### Goal of the exercise
Exact copies of all records below are needed.

### Entries provided
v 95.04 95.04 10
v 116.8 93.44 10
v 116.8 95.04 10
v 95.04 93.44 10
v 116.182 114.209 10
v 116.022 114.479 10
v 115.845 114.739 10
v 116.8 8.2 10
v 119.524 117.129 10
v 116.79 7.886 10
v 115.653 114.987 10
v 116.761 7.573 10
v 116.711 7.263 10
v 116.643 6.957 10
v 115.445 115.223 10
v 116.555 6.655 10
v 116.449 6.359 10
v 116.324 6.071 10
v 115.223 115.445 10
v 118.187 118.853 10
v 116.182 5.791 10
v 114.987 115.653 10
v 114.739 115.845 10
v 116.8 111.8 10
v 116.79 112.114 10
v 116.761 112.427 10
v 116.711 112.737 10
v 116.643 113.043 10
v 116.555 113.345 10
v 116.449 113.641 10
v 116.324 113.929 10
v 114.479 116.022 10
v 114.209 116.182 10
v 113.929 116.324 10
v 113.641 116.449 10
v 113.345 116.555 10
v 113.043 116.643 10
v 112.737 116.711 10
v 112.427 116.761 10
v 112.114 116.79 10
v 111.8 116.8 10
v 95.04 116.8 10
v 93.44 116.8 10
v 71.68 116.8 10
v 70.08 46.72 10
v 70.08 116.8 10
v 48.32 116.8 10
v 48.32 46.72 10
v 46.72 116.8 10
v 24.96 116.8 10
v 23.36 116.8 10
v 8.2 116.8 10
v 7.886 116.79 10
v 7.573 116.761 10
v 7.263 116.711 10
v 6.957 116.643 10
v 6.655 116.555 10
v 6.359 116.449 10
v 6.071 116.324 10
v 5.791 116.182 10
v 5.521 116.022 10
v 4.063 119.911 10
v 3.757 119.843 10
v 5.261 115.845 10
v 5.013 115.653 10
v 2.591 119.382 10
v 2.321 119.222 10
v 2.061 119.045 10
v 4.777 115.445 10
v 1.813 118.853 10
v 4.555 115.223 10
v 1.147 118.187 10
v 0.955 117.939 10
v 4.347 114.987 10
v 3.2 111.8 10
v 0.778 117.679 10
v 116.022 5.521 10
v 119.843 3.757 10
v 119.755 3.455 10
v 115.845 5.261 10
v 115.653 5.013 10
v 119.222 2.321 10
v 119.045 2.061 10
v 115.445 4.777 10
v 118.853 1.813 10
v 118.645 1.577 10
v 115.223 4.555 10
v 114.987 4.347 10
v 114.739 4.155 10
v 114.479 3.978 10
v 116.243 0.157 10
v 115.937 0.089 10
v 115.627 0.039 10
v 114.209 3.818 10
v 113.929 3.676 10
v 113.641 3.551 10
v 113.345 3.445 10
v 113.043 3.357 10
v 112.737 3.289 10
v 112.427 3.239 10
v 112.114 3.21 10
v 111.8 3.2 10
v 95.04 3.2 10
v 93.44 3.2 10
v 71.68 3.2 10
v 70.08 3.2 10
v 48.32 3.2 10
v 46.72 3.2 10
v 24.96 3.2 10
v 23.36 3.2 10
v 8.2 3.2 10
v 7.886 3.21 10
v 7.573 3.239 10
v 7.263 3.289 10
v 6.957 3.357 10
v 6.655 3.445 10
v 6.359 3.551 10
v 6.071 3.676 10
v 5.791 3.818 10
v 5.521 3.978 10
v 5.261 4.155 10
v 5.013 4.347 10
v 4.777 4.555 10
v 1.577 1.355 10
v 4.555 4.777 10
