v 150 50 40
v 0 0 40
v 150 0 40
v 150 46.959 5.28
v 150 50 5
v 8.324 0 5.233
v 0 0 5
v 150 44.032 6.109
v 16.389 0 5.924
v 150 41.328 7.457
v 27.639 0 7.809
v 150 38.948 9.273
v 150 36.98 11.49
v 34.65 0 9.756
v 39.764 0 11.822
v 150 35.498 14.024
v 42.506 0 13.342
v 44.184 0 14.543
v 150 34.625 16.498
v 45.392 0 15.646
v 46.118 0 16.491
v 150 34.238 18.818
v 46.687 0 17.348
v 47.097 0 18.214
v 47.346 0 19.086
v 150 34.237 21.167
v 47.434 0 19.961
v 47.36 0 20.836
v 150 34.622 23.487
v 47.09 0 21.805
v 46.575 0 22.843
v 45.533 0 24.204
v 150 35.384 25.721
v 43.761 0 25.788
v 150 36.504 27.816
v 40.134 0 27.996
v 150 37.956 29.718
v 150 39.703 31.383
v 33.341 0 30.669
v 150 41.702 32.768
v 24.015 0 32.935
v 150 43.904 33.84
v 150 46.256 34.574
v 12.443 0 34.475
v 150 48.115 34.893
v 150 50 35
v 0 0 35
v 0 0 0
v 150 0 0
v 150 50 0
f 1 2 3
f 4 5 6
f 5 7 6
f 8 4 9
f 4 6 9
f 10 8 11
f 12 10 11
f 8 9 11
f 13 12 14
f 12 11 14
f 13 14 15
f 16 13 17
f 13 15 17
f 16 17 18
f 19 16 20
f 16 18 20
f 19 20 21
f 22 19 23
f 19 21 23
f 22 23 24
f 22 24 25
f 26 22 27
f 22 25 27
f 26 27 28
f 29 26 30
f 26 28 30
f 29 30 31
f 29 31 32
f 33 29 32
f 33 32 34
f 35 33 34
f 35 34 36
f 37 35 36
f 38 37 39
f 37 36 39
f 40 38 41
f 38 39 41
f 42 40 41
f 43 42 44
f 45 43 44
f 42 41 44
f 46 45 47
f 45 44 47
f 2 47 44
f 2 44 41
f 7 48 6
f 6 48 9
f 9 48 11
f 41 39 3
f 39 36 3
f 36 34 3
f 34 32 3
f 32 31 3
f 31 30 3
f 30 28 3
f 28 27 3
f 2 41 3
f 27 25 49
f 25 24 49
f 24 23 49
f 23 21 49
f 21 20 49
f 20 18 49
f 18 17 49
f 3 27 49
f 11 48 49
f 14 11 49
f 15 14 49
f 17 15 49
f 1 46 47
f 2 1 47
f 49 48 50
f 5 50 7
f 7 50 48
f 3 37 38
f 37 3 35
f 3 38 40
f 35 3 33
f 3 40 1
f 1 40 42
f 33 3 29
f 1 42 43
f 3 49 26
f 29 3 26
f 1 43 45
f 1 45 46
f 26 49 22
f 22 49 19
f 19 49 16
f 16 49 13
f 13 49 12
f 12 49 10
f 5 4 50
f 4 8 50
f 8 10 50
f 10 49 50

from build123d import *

# Parameters (mm, degrees)
BOSS_EXTRUDE1_DEPTH = 40
SKETCH4_R           = 15


with BuildPart() as part:
    # Sketch1 → Boss-Extrude1 (new body)
    with BuildSketch(Plane.XY):
        Polygon((150, 50), (0, 0), (150, 0), align=None)
    extrude(amount=BOSS_EXTRUDE1_DEPTH)

    # Cut-Sweep1: sweep along a curve in space
    with BuildLine() as cut_sweep1_path:
        Line((150, 50, 20), (0, 0, 20))
    # Sketch4 → Cut-Sweep1 (sweep, cut)
    with BuildSketch(Plane(origin=(150, 50, 0), x_dir=(0, 0, 1), z_dir=(-0.948683298, -0.316227766, 0))):
        with Locations((20, 0)):
            Circle(SKETCH4_R)
    sweep(path=cut_sweep1_path.line, mode=Mode.SUBTRACT)


solid = part.part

### Written response
v 95.04 95.04 10
v 116.8 93.44 10
v 116.8 95.04 10
v 95.04 93.44 10
v 116.182 114.209 10
v 116.022 114.479 10
v 115.845 114.739 10
v 116.8 8.2 10
v 119.524 117.129 10
v 116.79 7.886 10
v 115.653 114.987 10
v 116.761 7.573 10
v 116.711 7.263 10
v 116.643 6.957 10
v 115.445 115.223 10
v 116.555 6.655 10
v 116.449 6.359 10
v 116.324 6.071 10
v 115.223 115.445 10
v 118.187 118.853 10
v 116.182 5.791 10
v 114.987 115.653 10
v 114.739 115.845 10
v 116.8 111.8 10
v 116.79 112.114 10
v 116.761 112.427 10
v 116.711 112.737 10
v 116.643 113.043 10
v 116.555 113.345 10
v 116.449 113.641 10
v 116.324 113.929 10
v 114.479 116.022 10
v 114.209 116.182 10
v 113.929 116.324 10
v 113.641 116.449 10
v 113.345 116.555 10
v 113.043 116.643 10
v 112.737 116.711 10
v 112.427 116.761 10
v 112.114 116.79 10
v 111.8 116.8 10
v 95.04 116.8 10
v 93.44 116.8 10
v 71.68 116.8 10
v 70.08 46.72 10
v 70.08 116.8 10
v 48.32 116.8 10
v 48.32 46.72 10
v 46.72 116.8 10
v 24.96 116.8 10
v 23.36 116.8 10
v 8.2 116.8 10
v 7.886 116.79 10
v 7.573 116.761 10
v 7.263 116.711 10
v 6.957 116.643 10
v 6.655 116.555 10
v 6.359 116.449 10
v 6.071 116.324 10
v 5.791 116.182 10
v 5.521 116.022 10
v 4.063 119.911 10
v 3.757 119.843 10
v 5.261 115.845 10
v 5.013 115.653 10
v 2.591 119.382 10
v 2.321 119.222 10
v 2.061 119.045 10
v 4.777 115.445 10
v 1.813 118.853 10
v 4.555 115.223 10
v 1.147 118.187 10
v 0.955 117.939 10
v 4.347 114.987 10
v 3.2 111.8 10
v 0.778 117.679 10
v 116.022 5.521 10
v 119.843 3.757 10
v 119.755 3.455 10
v 115.845 5.261 10
v 115.653 5.013 10
v 119.222 2.321 10
v 119.045 2.061 10
v 115.445 4.777 10
v 118.853 1.813 10
v 118.645 1.577 10
v 115.223 4.555 10
v 114.987 4.347 10
v 114.739 4.155 10
v 114.479 3.978 10
v 116.243 0.157 10
v 115.937 0.089 10
v 115.627 0.039 10
v 114.209 3.818 10
v 113.929 3.676 10
v 113.641 3.551 10
v 113.345 3.445 10
v 113.043 3.357 10
v 112.737 3.289 10
v 112.427 3.239 10
v 112.114 3.21 10
v 111.8 3.2 10
v 95.04 3.2 10
v 93.44 3.2 10
v 71.68 3.2 10
v 70.08 3.2 10
v 48.32 3.2 10
v 46.72 3.2 10
v 24.96 3.2 10
v 23.36 3.2 10
v 8.2 3.2 10
v 7.886 3.21 10
v 7.573 3.239 10
v 7.263 3.289 10
v 6.957 3.357 10
v 6.655 3.445 10
v 6.359 3.551 10
v 6.071 3.676 10
v 5.791 3.818 10
v 5.521 3.978 10
v 5.261 4.155 10
v 5.013 4.347 10
v 4.777 4.555 10
v 1.577 1.355 10
v 4.555 4.777 10
v 150 50 40
v 0 0 40
v 150 0 40
v 150 46.959 5.28
v 150 50 5
v 8.324 0 5.233
v 0 0 5
v 150 44.032 6.109
v 16.389 0 5.924
v 150 41.328 7.457
v 27.639 0 7.809
v 150 38.948 9.273
v 150 36.98 11.49
v 34.65 0 9.756
v 39.764 0 11.822
v 150 35.498 14.024
v 42.506 0 13.342
v 44.184 0 14.543
v 150 34.625 16.498
v 45.392 0 15.646
v 46.118 0 16.491
v 150 34.238 18.818
v 46.687 0 17.348
v 47.097 0 18.214
v 47.346 0 19.086
v 150 34.237 21.167
v 47.434 0 19.961
v 47.36 0 20.836
v 150 34.622 23.487
v 47.09 0 21.805
v 46.575 0 22.843
v 45.533 0 24.204
v 150 35.384 25.721
v 43.761 0 25.788
v 150 36.504 27.816
v 40.134 0 27.996
v 150 37.956 29.718
v 150 39.703 31.383
v 33.341 0 30.669
v 150 41.702 32.768
v 24.015 0 32.935
v 150 43.904 33.84
v 150 46.256 34.574
v 12.443 0 34.475
v 150 48.115 34.893
v 150 50 35
v 0 0 35
v 0 0 0
v 150 0 0
v 150 50 0
f 1 2 3
f 4 5 6
f 5 7 6
f 8 4 9
f 4 6 9
f 10 8 11
f 12 10 11
f 8 9 11
f 13 12 14
f 12 11 14
f 13 14 15
f 16 13 17
f 13 15 17
f 16 17 18
f 19 16 20
f 16 18 20
f 19 20 21
f 22 19 23
f 19 21 23
f 22 23 24
f 22 24 25
f 26 22 27
f 22 25 27
f 26 27 28
f 29 26 30
f 26 28 30
f 29 30 31
f 29 31 32
f 33 29 32
f 33 32 34
f 35 33 34
f 35 34 36
f 37 35 36
f 38 37 39
f 37 36 39
f 40 38 41
f 38 39 41
f 42 40 41
f 43 42 44
f 45 43 44
f 42 41 44
f 46 45 47
f 45 44 47
f 2 47 44
f 2 44 41
f 7 48 6
f 6 48 9
f 9 48 11
f 41 39 3
f 39 36 3
f 36 34 3
f 34 32 3
f 32 31 3
f 31 30 3
f 30 28 3
f 28 27 3
f 2 41 3
f 27 25 49
f 25 24 49
f 24 23 49
f 23 21 49
f 21 20 49
f 20 18 49
f 18 17 49
f 3 27 49
f 11 48 49
f 14 11 49
f 15 14 49
f 17 15 49
f 1 46 47
f 2 1 47
f 49 48 50
f 5 50 7
f 7 50 48
f 3 37 38
f 37 3 35
f 3 38 40
f 35 3 33
f 3 40 1
f 1 40 42
f 33 3 29
f 1 42 43
f 3 49 26
f 29 3 26
f 1 43 45
f 1 45 46
f 26 49 22
f 22 49 19
f 19 49 16
f 16 49 13
f 13 49 12
f 12 49 10
f 5 4 50
f 4 8 50
f 8 10 50
f 10 49 50

from build123d import *

# Parameters (mm, degrees)
BOSS_EXTRUDE1_DEPTH = 40
SKETCH4_R           = 15


with BuildPart() as part:
    # Sketch1 → Boss-Extrude1 (new body)
    with BuildSketch(Plane.XY):
        Polygon((150, 50), (0, 0), (150, 0), align=None)
    extrude(amount=BOSS_EXTRUDE1_DEPTH)

    # Cut-Sweep1: sweep along a curve in space
    with BuildLine() as cut_sweep1_path:
        Line((150, 50, 20), (0, 0, 20))
    # Sketch4 → Cut-Sweep1 (sweep, cut)
    with BuildSketch(Plane(origin=(150, 50, 0), x_dir=(0, 0, 1), z_dir=(-0.948683298, -0.316227766, 0))):
        with Locations((20, 0)):
            Circle(SKETCH4_R)
    sweep(path=cut_sweep1_path.line, mode=Mode.SUBTRACT)


solid = part.part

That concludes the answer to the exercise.